Stored data entries
————
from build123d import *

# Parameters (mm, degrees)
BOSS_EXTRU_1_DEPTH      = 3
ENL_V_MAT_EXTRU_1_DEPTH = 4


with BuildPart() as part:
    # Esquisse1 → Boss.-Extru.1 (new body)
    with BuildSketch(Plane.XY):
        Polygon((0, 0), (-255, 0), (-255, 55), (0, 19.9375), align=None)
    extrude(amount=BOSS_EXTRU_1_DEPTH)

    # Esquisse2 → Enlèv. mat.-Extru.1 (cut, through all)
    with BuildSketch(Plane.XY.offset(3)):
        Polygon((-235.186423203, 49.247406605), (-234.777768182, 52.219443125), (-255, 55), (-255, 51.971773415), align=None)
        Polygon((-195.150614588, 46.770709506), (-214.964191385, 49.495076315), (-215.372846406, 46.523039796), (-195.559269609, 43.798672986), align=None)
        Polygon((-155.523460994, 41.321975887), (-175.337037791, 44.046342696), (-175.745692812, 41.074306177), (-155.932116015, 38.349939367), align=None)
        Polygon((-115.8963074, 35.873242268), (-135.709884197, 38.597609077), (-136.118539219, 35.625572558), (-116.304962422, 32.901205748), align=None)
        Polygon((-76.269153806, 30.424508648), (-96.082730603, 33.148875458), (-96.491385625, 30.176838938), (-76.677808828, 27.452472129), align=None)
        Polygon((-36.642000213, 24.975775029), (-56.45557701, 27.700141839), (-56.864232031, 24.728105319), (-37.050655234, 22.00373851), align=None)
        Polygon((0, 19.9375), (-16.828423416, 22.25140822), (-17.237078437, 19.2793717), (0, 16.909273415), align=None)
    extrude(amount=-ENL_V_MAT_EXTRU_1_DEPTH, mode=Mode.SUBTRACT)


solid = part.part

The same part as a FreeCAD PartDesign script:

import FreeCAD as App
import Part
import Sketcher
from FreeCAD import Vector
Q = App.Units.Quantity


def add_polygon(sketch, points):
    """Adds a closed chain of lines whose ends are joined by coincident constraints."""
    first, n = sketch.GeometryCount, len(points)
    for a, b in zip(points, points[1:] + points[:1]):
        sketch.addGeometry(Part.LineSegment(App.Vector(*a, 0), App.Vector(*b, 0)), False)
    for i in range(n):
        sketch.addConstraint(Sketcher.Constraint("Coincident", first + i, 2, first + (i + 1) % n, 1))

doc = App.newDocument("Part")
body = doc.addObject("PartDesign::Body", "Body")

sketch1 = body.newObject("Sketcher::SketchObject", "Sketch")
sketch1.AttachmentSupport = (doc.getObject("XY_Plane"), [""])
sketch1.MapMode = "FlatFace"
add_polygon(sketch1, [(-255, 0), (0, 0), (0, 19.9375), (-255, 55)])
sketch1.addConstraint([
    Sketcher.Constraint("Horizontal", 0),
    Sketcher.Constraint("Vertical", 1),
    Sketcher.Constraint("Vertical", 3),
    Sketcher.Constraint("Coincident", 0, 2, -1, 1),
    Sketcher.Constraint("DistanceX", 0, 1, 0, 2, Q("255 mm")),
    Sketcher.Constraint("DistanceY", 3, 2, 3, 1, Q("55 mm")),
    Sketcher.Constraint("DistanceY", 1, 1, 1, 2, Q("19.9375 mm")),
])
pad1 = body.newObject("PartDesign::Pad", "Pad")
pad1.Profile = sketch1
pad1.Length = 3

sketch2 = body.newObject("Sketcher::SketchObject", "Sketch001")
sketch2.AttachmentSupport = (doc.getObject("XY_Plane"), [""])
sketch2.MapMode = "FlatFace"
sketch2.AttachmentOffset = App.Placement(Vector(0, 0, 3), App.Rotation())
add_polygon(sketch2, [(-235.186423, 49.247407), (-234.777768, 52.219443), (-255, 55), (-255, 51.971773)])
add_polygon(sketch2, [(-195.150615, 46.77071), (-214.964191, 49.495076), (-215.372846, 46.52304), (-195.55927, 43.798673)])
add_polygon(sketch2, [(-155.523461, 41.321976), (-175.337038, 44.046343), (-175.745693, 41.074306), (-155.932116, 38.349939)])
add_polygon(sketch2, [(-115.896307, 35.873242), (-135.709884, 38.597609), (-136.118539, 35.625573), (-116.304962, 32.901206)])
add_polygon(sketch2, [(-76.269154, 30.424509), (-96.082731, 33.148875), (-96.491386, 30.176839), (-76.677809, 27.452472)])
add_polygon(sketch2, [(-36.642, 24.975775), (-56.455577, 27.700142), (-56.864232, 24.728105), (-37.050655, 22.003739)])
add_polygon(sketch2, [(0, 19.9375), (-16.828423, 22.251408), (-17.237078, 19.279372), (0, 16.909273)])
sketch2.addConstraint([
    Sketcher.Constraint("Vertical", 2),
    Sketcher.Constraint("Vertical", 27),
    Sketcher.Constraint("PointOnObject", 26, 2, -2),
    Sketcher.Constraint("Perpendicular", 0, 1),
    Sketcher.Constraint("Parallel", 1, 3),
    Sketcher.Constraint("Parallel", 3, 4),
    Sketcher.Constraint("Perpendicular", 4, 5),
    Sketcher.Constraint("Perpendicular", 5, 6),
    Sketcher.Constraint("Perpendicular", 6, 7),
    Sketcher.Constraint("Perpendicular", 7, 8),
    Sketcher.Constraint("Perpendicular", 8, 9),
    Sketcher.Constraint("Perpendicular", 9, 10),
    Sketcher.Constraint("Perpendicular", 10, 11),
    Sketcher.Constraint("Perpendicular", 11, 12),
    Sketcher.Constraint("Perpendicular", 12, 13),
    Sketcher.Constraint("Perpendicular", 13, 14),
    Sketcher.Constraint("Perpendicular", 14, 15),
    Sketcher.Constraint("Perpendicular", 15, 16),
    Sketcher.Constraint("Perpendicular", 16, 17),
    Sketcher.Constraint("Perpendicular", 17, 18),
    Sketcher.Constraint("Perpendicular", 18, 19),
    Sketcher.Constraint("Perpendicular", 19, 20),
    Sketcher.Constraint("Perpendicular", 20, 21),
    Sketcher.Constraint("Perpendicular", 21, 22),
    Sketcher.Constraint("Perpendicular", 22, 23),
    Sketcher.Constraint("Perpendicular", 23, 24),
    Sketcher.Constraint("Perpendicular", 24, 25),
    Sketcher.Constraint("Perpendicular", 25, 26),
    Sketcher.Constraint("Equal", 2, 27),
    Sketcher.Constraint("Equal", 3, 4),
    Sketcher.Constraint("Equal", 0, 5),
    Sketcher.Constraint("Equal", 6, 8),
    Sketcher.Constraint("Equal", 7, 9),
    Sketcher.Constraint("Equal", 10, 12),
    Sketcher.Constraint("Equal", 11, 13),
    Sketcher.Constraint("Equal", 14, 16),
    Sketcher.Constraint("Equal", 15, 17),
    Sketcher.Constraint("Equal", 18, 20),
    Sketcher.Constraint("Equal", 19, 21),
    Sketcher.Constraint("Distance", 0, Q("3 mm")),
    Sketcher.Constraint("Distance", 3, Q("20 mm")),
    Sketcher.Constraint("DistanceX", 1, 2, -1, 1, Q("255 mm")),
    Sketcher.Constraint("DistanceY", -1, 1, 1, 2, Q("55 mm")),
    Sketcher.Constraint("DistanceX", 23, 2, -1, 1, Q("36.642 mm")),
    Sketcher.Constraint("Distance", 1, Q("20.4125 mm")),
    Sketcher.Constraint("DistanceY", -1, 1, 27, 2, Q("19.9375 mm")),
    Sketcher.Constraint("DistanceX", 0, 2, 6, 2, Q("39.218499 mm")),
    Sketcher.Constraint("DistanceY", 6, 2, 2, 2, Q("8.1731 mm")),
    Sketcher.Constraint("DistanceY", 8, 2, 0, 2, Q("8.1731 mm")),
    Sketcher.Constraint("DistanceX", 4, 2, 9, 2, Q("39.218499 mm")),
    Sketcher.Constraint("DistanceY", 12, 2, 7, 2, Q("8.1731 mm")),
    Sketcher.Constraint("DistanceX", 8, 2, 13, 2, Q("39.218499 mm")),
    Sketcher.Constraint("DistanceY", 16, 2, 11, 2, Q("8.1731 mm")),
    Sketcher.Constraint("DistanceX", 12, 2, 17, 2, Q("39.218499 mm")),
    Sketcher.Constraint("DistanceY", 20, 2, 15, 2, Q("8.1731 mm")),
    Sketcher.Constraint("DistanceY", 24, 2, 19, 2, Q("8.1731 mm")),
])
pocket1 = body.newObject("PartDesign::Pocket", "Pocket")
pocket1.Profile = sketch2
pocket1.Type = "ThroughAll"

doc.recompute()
————
— Directions —
Search the data for the string "None" and copy out every line where it is found.

— Response —
        Polygon((0, 0), (-255, 0), (-255, 55), (0, 19.9375), align=None)
        Polygon((-235.186423203, 49.247406605), (-234.777768182, 52.219443125), (-255, 55), (-255, 51.971773415), align=None)
        Polygon((-195.150614588, 46.770709506), (-214.964191385, 49.495076315), (-215.372846406, 46.523039796), (-195.559269609, 43.798672986), align=None)
        Polygon((-155.523460994, 41.321975887), (-175.337037791, 44.046342696), (-175.745692812, 41.074306177), (-155.932116015, 38.349939367), align=None)
        Polygon((-115.8963074, 35.873242268), (-135.709884197, 38.597609077), (-136.118539219, 35.625572558), (-116.304962422, 32.901205748), align=None)
        Polygon((-76.269153806, 30.424508648), (-96.082730603, 33.148875458), (-96.491385625, 30.176838938), (-76.677808828, 27.452472129), align=None)
        Polygon((-36.642000213, 24.975775029), (-56.45557701, 27.700141839), (-56.864232031, 24.728105319), (-37.050655234, 22.00373851), align=None)
        Polygon((0, 19.9375), (-16.828423416, 22.25140822), (-17.237078437, 19.2793717), (0, 16.909273415), align=None)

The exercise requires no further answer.